M. Pierre Frogier a déploré à cet égard que la France se soit considérablement désengagée de la région : la marine française n’a plus les moyens d’arraisonner un navire sans l’aide de l’Australie et est donc incapable de contrôler l’immense étendue de sa ZEE.
Mme Catherine Procaccia a souhaité obtenir des précisions sur le différend territorial qui oppose la France et le Vanuatu.


Mme Marie-Pierre Giron a expliqué que le désaccord porte sur deux îles inhabitées, situées au sud de la Nouvelle-Calédonie, ainsi que sur le tracé exact de la frontière maritime au nord des îles Loyauté. La France aimerait travailler à la résolution de ce différend avec le Vanuatu, qui fête l’an prochain le quarantième anniversaire de son indépendance.
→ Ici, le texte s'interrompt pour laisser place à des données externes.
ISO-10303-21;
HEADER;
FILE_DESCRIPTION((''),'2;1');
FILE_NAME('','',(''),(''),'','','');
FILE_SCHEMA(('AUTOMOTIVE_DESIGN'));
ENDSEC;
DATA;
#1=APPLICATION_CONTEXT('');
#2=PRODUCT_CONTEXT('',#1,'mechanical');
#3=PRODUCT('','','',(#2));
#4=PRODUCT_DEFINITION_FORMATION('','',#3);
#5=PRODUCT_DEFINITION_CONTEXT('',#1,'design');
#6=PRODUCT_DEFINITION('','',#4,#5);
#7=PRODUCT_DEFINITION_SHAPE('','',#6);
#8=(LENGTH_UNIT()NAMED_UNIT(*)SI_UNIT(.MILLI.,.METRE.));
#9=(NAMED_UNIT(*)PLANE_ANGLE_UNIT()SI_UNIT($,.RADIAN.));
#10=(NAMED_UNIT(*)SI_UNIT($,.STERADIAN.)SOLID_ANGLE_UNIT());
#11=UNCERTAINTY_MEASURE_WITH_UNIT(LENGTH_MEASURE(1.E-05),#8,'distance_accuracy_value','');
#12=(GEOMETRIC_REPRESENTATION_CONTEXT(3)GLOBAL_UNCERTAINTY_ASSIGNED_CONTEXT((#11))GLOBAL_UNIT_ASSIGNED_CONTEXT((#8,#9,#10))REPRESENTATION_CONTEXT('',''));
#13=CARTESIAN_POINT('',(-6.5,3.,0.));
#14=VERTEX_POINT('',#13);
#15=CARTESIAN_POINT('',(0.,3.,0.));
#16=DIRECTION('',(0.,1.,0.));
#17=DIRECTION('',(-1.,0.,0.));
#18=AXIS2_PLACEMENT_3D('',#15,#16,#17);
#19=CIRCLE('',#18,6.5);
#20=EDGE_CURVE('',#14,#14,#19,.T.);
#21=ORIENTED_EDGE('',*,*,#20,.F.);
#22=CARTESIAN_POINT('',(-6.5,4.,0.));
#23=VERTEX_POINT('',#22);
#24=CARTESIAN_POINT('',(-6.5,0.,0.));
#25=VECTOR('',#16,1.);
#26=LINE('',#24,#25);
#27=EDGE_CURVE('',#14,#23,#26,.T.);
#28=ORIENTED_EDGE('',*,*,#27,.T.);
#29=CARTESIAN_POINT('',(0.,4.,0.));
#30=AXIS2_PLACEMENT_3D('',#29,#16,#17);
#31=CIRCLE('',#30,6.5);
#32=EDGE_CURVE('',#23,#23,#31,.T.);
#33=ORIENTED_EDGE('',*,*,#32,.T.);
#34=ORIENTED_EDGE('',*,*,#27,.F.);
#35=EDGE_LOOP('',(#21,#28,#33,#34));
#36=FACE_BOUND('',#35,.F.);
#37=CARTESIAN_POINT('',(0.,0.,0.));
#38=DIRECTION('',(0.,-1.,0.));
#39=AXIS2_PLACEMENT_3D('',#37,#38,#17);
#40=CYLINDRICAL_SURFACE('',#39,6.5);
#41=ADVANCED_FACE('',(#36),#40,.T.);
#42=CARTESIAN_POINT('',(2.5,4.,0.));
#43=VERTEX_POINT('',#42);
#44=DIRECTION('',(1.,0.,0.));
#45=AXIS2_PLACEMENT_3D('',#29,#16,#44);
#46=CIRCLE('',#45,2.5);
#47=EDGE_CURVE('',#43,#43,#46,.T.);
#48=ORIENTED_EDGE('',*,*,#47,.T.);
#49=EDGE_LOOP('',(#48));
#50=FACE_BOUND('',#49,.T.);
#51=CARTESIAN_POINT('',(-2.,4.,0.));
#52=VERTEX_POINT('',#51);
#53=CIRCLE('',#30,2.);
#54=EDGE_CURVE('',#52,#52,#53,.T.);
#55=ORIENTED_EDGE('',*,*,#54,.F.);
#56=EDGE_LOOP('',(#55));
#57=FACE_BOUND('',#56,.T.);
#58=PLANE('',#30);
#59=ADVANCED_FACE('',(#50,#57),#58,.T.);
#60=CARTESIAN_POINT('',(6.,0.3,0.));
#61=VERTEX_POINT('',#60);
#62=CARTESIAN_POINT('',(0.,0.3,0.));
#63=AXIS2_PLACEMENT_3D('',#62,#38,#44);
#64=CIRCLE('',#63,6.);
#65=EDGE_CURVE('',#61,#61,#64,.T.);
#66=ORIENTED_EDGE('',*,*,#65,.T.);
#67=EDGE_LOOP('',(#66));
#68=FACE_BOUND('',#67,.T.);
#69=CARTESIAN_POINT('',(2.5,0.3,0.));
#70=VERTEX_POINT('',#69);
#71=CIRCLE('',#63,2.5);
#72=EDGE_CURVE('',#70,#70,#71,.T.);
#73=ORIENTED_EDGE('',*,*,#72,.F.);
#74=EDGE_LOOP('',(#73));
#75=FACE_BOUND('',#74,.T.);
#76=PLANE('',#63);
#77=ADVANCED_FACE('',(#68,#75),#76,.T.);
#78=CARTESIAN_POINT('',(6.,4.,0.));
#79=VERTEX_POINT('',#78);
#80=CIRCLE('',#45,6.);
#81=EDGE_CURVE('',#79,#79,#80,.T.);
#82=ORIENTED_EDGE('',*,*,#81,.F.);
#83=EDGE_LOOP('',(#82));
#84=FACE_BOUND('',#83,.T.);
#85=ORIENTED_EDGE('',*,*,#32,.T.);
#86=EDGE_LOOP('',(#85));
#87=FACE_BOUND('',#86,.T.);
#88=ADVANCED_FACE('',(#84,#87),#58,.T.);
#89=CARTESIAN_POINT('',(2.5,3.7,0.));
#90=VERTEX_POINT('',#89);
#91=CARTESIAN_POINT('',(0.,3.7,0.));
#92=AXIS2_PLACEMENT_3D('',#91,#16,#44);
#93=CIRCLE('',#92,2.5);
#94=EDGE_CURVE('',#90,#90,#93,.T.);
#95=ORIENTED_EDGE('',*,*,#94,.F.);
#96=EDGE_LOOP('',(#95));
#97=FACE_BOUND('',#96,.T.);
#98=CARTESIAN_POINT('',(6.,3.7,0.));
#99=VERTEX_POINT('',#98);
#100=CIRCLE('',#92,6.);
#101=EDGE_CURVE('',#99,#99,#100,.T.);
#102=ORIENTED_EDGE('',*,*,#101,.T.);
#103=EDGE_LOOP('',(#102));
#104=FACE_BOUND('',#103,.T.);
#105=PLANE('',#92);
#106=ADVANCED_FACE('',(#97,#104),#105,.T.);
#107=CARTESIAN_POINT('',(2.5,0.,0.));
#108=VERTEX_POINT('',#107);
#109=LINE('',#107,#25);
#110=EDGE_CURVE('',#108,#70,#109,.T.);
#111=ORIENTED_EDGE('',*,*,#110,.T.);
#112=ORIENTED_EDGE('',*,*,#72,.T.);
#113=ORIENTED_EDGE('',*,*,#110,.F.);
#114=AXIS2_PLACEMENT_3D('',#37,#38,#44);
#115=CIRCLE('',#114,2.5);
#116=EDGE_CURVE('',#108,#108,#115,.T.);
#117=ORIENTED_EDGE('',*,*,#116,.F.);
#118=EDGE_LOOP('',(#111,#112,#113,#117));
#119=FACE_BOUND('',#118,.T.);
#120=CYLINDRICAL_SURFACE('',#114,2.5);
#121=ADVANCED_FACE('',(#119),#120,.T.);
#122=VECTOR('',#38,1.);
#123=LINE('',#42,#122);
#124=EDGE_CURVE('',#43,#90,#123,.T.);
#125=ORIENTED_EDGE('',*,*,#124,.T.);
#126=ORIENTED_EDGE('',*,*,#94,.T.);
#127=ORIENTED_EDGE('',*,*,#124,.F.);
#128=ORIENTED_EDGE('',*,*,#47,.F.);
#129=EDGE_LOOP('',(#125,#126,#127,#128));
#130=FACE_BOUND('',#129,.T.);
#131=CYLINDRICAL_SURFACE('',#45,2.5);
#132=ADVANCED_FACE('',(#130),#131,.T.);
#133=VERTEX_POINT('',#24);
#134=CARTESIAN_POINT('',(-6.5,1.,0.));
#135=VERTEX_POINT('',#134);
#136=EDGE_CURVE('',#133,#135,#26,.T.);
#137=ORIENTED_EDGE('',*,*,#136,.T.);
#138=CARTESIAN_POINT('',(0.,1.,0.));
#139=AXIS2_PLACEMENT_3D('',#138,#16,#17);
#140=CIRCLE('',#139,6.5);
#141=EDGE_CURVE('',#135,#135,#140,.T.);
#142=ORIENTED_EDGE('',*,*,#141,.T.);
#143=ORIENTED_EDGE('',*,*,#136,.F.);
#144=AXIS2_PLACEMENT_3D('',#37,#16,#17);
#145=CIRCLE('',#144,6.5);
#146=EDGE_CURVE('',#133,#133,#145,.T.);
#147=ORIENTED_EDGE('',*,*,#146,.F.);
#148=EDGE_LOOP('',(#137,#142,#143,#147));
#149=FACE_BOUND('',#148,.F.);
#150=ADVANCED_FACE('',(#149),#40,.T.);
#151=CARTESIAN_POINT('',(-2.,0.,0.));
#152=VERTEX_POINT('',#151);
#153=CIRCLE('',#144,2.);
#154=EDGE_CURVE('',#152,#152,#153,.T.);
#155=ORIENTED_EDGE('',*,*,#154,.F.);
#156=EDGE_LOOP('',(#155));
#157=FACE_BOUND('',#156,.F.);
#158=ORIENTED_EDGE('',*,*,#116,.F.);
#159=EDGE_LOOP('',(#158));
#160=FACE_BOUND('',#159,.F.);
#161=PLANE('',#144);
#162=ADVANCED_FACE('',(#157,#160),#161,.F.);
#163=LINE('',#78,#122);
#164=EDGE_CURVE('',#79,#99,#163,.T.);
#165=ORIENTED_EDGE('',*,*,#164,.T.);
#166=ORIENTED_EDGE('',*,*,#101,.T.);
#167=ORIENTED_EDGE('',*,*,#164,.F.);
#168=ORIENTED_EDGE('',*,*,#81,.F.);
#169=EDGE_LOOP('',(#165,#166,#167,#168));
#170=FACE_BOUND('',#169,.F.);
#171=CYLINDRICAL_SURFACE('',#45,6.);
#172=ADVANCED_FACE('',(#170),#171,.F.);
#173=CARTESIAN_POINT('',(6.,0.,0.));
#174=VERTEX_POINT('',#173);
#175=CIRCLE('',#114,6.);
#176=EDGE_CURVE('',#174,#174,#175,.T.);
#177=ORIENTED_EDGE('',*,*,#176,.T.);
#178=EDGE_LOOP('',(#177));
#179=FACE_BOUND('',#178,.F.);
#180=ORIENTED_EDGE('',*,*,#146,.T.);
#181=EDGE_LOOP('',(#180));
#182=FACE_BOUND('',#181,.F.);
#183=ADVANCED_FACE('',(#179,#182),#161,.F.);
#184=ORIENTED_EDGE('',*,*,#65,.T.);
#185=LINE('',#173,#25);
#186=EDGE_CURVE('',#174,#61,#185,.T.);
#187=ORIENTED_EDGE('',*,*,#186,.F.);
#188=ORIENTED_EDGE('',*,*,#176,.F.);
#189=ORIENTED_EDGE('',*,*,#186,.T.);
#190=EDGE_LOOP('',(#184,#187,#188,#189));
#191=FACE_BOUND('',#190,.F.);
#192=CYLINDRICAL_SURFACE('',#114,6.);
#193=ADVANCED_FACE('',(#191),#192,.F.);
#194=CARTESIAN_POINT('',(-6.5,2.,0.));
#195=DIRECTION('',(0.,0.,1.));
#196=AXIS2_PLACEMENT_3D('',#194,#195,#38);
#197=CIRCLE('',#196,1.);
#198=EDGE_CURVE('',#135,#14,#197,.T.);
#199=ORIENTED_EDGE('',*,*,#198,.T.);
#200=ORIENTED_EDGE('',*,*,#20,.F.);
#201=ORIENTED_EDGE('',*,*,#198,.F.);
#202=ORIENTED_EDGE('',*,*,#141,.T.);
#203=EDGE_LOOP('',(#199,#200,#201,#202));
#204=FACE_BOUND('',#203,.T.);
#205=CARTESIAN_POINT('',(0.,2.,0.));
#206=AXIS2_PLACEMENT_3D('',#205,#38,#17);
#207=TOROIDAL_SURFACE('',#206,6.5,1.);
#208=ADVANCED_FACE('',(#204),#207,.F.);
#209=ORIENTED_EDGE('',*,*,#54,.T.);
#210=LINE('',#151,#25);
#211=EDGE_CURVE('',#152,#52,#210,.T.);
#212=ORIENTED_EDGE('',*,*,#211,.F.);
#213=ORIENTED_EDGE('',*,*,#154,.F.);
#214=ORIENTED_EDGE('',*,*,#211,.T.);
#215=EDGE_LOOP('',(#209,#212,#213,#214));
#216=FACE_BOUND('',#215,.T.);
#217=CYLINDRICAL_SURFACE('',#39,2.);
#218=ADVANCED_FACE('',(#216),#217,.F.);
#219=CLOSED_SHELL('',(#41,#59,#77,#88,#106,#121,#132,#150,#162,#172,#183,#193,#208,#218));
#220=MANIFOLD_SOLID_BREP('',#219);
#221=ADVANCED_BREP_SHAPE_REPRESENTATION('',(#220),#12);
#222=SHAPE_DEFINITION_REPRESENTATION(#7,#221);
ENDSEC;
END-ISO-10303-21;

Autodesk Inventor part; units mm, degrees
ref_plane "YZ Plane" through (0, 0, 0) normal (1, 0, 0) x (0, 1, 0)
sketch "Эскиз1" plane through (0, 0, 0) normal (0, 1, 0) x (-1, 0, 0)
  circle A0 centre (0, 0) radius 2
  circle A1 centre (0, 0) radius 6.5
  dimension "d1" = 4
  dimension "d2" = 13
extrude "Выдавливание1" add sketch "Эскиз1" along normal blind 4
sketch "Эскиз2" plane through (0, 4, 0) normal (0, 1, 0) x (1, 0, 0)
  circle A0 centre (0, 0) radius 2 projected
  circle A1 centre (0, 0) radius 2.5
  circle A2 centre (0, 0) radius 6
  dimension "d5" = 5
  dimension "d6" = 12
extrude "Выдавливание2" cut sketch "Эскиз2" against normal blind 0.3 contours A2
sketch "Эскиз3" plane through (0, 0, 0) normal (0, -1, 0) x (1, 0, 0)
  circle A0 centre (0, 0) radius 2.5
  circle A1 centre (0, 0) radius 6
  dimension "d9" = 5
  dimension "d10" = 12
extrude "Выдавливание3" cut sketch "Эскиз3" against normal blind 0.3
ref_plane "РабПлоскость1" through (0, 2, 0) normal (0, 1, 0) x (1, 0, 0)
sketch "Эскиз4" plane through (0, 2, 0) normal (0, 1, 0) x (1, 0, 0)
  circle A0 centre (0, 0) radius 6.5
  dimension "d13" = 13
ref_plane "РабПлоскость2" through (0, 0, 0) normal (0, 0, 1) x (1, 0, 0)
sketch "Эскиз6" plane through (0, 0, 0) normal (0, 0, 1) x (1, 0, 0)
  line L0 (-6.5, 0) -> (-6.5, 4) projected
  circle A0 centre (-6.5, 2) radius 1
  line L1 (0, -0.8) -> (0, 4.8) projected
  point P0 (0, 0)
  dimension "d15" = 2
revolve "Вращение1" cut sketch "Эскиз6" angle 360 about axis through (0, -10, 0) along (0, 1, 0)
properties part number "U-подшипник"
Mme Catherine Procaccia a demandé où en était le référendum d’autodétermination en cours à Bougainville.


Mme Marie-Pierre Giron a rappelé que Bougainville est une province de la Papouasie-Nouvelle-Guinée qui fait partie, géographiquement, de l’archipel des Salomon. L’île a connu une période de violence dans les années 1990, liée à des mouvements séparatistes. Très meurtriers, les affrontements ont causé la mort d’environ 20 000 personnes. L’accord de paix conclu en 2001 a prévu la tenue d’un référendum sur l’indépendance de l’île à l’issue d’une période d’autonomie. C’est ce référendum, à valeur consultative, qui se déroule actuellement, les électeurs devant choisir entre l’indépendance ou une plus grande autonomie au sein de la Papouasie-Nouvelle-Guinée. Or il est vraisemblable que ces derniers se prononcent pour l’indépendance, ce qui pourrait raviver les tensions, le Parlement de Papouasie-Nouvelle-Guinée y étant hostile. Bien qu’elle dispose d’une mine de cuivre, Bougainville formerait un État fragile si elle devenait indépendante, et serait susceptible d’entrer dans la sphère d’influence de la Chine.
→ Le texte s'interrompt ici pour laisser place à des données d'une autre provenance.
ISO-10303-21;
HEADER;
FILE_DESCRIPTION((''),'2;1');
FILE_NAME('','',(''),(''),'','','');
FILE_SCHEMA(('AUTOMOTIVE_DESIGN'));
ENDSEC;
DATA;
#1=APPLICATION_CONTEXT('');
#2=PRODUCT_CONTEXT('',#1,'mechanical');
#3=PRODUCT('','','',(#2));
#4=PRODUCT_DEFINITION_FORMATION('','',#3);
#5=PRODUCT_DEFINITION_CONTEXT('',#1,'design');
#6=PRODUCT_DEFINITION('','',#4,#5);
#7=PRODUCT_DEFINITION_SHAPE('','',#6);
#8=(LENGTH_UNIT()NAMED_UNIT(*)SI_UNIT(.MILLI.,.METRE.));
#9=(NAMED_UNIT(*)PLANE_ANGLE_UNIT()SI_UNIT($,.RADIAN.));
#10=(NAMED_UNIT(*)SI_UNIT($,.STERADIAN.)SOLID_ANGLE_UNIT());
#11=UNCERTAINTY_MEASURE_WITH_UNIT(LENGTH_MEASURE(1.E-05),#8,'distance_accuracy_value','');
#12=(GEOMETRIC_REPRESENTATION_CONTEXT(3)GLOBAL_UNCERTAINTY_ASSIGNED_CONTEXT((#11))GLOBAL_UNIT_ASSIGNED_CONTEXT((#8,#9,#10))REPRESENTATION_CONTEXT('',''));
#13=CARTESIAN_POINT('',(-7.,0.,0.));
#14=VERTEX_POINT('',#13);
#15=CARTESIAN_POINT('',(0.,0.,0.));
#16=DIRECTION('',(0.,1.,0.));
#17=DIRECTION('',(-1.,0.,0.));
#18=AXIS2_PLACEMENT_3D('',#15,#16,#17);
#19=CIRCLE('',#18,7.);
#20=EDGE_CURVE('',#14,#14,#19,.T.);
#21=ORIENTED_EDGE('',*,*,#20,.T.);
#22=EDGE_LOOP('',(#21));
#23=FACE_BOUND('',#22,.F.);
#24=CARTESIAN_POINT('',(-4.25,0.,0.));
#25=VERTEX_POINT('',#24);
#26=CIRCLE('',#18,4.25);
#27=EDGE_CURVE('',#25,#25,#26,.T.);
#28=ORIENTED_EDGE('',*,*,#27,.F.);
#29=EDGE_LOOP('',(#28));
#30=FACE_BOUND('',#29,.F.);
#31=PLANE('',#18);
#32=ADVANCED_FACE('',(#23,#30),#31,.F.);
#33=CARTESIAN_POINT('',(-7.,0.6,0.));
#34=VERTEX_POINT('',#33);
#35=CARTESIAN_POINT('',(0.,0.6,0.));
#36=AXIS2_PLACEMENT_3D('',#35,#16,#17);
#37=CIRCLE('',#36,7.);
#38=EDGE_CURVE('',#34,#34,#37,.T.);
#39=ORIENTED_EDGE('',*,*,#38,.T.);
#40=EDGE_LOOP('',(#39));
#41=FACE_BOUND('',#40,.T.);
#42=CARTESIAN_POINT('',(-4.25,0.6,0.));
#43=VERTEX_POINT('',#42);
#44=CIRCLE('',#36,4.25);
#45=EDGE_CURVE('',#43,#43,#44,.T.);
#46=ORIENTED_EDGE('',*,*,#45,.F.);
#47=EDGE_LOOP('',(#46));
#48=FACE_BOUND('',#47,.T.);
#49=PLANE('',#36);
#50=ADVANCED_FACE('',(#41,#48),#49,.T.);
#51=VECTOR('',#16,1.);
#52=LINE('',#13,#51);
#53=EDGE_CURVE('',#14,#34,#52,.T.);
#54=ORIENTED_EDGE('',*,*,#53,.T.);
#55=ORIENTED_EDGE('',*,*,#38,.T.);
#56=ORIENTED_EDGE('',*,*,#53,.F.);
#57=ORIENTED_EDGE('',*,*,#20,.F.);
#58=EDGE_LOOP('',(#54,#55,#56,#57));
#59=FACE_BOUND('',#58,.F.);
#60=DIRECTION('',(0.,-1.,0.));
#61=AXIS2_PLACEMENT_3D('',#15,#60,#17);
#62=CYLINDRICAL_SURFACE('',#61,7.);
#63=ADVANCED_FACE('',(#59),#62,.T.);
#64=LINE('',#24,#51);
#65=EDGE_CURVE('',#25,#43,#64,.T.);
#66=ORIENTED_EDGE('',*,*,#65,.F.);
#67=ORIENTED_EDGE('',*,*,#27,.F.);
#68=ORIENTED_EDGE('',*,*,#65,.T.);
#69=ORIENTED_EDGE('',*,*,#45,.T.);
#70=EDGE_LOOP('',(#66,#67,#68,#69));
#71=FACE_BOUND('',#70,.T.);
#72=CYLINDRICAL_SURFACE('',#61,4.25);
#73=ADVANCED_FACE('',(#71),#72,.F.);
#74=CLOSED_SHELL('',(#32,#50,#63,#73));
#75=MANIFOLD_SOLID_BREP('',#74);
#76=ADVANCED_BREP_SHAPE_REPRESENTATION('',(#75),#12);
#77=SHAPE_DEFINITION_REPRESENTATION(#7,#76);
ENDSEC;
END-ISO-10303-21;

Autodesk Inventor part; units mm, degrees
ref_plane "YZ Plane" through (0, 0, 0) normal (1, 0, 0) x (0, 1, 0)
ref_plane "XZ Plane" through (0, 0, 0) normal (0, 1, 0) x (-1, 0, 0)
ref_plane "XY Plane" through (0, 0, 0) normal (0, 0, 1) x (1, 0, 0)
sketch "Sketch1" plane through (0, 0, 0) normal (0, 1, 0) x (-1, 0, 0)
  circle A0 centre (0, 0) radius 4.25
  circle A1 centre (0, 0) radius 7
  dimension "d0" = 8.5
  dimension "d1" = 14
extrude "Extrusion1" add sketch "Sketch1" along normal blind 0.6
properties part number "Axle_Spacers"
Mme Marie-Pierre Giron a enfin attiré l’attention sur l’épidémie de rougeole, favorisée par une insuffisante couverture vaccinale, qui touche actuellement les îles Samoa, Tonga et Fidji, et qui a déjà occasionné le décès de plusieurs dizaine de malades. La France examine l’assistance qu’elle pourrait apporter aux autorités des pays concernés.